There is considerable room for improving the efficiency of industries in the United States. Studies have shown that the energy savings potential in the U.S. industrial sector in the years 2010 and 2015 range from 11-37% relative to a business-as-usual scenario. Several other studies have estimated the electricity savings potential in the industrial sector as between 9-38%.

There are many reasons why the majority of industrial firms do not capture the energy savings still available in the industrial sector. Energy costs are generally a small fraction of total industrial costs, which means that the typical firm pays only limited attention to their energy bills. Additionally, for most firms, capital is scarce. Because the links between improvement in energy efficiency and high priority goals such as improvements in plant productivity, product quality, environmental emission requirements, and labor and materials efficiency are generally not understood, energy-efficiency projects are considered non-strategic and take low priority when industrial firms allocate capital. A one- to three-year payback is often required for cost- saving investments such as energy-efficiency projects. Capital rationing, a common budgeting approach, further hinders energy-efficiency investments, since fewer investments are undertaken that would be justified by more conventional budgeting analysis.

Many industrial firms also have concerns about the long-term persistence of savings of energy-efficiency measures, the amount of downtime that will result from measure installation and maintenance, and the effect of process changes on productivity and ongoing operations. For some firms, there are doubts as to whether the technologies even save energy. The lack of easily accessible information on the availability and/or economic and technical viability of energy-efficiency measures under full-scale, actual usage conditions amplifies the skepticism. Smaller-sized firms in particular often do not even know about the specific technologies that are available. In particular, many small- to medium-sized industrial firms do not have the expertise on their staff nor the time to address energy efficiency in isolation from more strategic concerns.

Due to these barriers, there is justification for outside parties, such as utilities, to step in and encourage adoption of cost-effective energy-efficiency technologies. The field of utility demand-side management (DSM) has evolved to the point where utilities now have both the resources and the interest to play an important role in improving the energy efficiency of the U.S. industrial sector. In response to the growing interest in industrial DSM, this report documents utility experience with industrial DSM programs and provides recommendations to utilities and other key players on steps that could be taken to advance the field of industrial DSM.

Analysis of Incentive-Based Industrial DSM Programs

In order to analyze experience to date with industrial DSM, a survey of utilities was conducted and a database of industrial DSM programs was prepared. More than eighty utilities and thirdparty organizations were interviewed. Data were collected via phone, fax, and/or mail from the utilities and entered into a database. In order to limit the scope of this study, the database contains incentive-based, energy-saving programs and not load management or information-only programs (including technical assistance programs).

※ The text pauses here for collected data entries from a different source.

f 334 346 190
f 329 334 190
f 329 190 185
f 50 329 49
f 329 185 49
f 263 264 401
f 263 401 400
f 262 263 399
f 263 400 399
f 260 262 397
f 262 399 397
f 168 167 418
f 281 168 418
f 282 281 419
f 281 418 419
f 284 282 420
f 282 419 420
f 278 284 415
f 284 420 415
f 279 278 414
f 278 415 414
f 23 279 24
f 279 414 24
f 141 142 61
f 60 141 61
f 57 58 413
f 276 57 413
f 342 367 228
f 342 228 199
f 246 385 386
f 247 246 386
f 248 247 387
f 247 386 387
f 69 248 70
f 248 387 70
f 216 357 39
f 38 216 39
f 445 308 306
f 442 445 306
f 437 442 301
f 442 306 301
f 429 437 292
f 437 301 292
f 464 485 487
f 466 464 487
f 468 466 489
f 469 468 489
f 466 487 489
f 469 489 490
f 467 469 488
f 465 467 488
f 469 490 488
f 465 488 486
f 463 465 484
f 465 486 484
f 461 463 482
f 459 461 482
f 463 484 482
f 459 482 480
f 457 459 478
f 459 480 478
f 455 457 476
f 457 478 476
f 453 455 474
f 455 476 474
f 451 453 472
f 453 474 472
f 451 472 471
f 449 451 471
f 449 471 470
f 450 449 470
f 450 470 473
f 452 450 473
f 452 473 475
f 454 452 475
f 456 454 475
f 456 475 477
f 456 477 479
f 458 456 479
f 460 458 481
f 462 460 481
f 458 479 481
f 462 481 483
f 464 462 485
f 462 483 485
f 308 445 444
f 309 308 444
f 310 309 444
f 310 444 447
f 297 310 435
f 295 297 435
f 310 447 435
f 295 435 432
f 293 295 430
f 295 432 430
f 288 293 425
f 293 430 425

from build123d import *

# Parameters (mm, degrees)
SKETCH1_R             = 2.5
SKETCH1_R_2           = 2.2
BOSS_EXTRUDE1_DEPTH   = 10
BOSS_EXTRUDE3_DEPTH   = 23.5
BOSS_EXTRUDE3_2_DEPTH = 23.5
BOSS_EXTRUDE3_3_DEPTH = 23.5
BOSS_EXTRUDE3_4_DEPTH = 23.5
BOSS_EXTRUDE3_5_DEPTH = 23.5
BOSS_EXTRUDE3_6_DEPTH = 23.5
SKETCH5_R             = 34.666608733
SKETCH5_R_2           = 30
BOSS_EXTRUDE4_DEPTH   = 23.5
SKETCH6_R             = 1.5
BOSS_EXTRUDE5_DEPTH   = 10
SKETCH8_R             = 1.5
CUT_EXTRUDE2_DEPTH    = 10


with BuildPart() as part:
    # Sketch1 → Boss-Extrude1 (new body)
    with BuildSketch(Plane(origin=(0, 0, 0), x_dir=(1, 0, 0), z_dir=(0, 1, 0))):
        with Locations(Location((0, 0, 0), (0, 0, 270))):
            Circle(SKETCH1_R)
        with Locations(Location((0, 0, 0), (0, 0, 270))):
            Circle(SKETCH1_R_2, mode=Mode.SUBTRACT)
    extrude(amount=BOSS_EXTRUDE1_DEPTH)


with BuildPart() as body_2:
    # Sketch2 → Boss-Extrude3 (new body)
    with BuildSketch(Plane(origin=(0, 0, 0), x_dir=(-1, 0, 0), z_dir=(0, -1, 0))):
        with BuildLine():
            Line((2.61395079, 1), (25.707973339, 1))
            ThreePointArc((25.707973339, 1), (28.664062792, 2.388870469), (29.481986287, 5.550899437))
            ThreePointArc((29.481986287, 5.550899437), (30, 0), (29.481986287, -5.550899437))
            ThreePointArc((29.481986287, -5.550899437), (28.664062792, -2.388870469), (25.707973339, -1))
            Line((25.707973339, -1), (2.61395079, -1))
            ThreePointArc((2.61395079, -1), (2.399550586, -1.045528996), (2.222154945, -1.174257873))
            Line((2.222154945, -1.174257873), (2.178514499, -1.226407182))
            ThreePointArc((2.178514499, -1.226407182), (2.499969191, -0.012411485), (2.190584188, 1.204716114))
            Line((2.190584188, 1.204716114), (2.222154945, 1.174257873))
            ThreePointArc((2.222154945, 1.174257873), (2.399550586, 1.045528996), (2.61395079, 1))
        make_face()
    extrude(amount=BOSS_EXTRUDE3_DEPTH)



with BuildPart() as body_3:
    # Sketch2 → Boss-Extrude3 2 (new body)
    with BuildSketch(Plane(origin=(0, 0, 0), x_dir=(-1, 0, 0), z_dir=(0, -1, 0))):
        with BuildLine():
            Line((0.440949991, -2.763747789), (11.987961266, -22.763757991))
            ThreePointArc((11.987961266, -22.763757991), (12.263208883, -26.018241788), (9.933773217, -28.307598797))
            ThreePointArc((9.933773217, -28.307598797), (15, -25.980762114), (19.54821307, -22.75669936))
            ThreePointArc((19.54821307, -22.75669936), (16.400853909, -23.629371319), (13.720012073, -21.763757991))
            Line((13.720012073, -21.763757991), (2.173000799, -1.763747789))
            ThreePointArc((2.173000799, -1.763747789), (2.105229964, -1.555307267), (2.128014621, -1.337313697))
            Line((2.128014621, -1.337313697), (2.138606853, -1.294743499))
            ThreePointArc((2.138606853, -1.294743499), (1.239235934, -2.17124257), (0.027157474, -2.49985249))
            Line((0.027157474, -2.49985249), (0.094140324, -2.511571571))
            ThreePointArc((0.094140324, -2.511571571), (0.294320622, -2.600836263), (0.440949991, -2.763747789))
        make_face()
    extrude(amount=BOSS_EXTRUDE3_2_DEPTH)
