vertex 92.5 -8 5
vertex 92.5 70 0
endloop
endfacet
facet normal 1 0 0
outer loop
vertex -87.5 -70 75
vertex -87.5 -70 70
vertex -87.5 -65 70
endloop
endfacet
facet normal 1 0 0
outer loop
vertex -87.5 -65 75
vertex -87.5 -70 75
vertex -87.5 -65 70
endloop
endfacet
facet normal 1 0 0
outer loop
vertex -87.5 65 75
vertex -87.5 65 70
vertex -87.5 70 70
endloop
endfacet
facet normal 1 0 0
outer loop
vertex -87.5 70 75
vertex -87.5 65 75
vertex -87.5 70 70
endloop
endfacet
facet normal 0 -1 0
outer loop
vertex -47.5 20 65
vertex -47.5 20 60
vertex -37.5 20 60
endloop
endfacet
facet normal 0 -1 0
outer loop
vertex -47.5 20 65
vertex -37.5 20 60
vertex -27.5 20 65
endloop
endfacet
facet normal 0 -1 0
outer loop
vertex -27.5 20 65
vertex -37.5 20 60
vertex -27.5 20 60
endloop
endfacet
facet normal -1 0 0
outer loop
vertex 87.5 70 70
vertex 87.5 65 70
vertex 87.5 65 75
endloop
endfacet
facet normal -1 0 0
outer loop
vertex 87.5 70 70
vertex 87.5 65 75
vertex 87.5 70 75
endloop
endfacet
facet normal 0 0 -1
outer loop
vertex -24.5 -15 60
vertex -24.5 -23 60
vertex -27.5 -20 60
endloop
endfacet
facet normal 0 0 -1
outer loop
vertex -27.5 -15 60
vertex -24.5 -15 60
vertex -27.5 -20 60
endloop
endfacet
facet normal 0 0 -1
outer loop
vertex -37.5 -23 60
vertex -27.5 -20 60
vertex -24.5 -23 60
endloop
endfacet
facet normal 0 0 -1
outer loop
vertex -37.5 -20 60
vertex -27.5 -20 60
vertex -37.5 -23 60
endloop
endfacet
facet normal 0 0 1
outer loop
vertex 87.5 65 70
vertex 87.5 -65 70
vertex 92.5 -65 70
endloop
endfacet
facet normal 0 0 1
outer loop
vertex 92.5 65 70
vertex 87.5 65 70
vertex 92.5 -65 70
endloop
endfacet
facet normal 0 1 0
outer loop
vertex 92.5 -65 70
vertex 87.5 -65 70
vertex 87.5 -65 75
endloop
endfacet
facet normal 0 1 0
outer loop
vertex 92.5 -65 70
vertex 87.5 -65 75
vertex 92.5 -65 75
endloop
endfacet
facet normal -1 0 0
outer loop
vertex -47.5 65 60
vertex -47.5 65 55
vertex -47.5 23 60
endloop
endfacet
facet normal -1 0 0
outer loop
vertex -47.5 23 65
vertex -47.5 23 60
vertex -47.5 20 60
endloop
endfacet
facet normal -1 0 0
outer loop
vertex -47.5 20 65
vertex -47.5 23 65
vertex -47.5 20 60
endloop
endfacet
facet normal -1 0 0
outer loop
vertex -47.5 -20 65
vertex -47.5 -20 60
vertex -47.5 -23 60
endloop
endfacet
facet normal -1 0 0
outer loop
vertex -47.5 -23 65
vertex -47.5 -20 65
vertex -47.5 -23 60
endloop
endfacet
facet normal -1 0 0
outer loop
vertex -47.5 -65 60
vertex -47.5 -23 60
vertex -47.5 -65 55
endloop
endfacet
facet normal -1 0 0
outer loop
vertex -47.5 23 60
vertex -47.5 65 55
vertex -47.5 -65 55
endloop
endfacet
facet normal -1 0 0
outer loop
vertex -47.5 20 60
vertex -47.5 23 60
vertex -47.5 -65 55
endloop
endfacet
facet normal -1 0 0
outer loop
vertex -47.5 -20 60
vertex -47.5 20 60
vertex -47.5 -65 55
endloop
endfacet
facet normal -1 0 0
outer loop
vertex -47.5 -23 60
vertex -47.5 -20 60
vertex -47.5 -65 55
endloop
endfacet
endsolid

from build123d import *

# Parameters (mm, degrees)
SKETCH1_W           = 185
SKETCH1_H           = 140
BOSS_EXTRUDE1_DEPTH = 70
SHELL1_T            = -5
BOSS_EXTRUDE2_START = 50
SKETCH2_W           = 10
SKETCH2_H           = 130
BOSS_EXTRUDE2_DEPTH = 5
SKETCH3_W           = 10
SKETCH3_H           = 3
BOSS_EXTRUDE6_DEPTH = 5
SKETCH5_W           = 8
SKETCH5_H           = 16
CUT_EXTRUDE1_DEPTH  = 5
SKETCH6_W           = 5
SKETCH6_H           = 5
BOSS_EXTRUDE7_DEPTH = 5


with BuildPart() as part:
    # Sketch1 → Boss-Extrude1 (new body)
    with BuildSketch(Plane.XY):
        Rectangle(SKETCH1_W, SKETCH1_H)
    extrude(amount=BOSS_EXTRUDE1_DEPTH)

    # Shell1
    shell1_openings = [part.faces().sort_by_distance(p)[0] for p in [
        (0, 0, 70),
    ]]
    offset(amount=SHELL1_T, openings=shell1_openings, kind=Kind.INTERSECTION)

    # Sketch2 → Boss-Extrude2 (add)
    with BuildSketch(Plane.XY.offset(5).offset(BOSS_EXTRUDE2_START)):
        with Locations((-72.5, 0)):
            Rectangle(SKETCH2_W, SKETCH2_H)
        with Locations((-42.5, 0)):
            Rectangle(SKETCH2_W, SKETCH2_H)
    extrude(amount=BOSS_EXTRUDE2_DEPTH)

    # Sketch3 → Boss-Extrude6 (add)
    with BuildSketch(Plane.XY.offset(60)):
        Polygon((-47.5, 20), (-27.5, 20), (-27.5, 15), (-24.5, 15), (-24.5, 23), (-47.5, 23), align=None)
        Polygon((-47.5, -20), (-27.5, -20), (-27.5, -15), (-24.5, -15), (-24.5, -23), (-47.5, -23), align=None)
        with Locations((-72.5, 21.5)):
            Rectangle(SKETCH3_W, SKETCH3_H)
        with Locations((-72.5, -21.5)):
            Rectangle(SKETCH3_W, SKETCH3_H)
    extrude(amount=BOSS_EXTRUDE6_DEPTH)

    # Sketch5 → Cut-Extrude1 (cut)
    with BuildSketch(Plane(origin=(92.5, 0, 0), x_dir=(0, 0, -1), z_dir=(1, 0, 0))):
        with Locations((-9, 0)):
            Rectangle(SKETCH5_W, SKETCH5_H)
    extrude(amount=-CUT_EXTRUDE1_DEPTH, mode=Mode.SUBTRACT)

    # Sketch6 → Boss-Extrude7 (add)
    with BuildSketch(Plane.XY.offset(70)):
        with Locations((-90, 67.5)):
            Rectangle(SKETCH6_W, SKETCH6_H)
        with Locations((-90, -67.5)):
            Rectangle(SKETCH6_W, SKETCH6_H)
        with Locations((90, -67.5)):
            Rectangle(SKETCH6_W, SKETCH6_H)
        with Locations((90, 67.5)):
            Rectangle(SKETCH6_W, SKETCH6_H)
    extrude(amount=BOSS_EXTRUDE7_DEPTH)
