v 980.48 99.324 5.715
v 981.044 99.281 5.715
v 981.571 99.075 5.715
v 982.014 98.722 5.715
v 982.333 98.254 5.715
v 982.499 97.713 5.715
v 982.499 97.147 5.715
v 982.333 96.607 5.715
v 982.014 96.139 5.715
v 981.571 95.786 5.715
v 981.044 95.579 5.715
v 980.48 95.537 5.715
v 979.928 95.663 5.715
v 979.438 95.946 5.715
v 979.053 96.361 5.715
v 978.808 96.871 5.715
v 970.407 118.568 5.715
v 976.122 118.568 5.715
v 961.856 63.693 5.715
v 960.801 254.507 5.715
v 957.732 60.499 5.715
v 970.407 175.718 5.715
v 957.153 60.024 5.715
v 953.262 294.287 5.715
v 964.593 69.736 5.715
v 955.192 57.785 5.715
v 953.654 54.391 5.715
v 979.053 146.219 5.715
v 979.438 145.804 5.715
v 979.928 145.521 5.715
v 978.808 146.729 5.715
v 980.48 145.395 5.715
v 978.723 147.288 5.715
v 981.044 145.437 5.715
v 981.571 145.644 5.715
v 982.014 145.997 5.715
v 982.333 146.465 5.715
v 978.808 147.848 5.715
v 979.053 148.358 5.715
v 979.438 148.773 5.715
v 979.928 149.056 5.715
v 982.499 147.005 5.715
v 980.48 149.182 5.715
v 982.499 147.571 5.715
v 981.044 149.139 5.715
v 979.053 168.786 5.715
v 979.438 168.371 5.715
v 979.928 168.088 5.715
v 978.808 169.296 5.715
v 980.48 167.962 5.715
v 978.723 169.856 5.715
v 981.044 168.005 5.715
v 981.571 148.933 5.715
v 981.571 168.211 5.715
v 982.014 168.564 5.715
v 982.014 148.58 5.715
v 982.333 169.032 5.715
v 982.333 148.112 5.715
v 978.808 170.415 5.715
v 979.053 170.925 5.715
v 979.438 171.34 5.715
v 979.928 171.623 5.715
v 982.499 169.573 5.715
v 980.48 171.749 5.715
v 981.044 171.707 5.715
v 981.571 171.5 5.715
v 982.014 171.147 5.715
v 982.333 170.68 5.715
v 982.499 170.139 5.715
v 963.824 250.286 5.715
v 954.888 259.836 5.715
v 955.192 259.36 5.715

Programs in the database were divided into four categories: two "prescriptive rebate" categories and two "custom rebate" categories. Prescriptive rebate programs are those programs which offer fixed financial incentives to participants who install utility-defined energy-efficiency measures (i.e. specific lighting or motor-related measures). Custom rebate programs are those DSM programs which offer a financial incentive to encourage the design and implementation of site-specific energy-efficiency projects within a participant's facility. Incentives are typically paid for each kW or kWh of savings.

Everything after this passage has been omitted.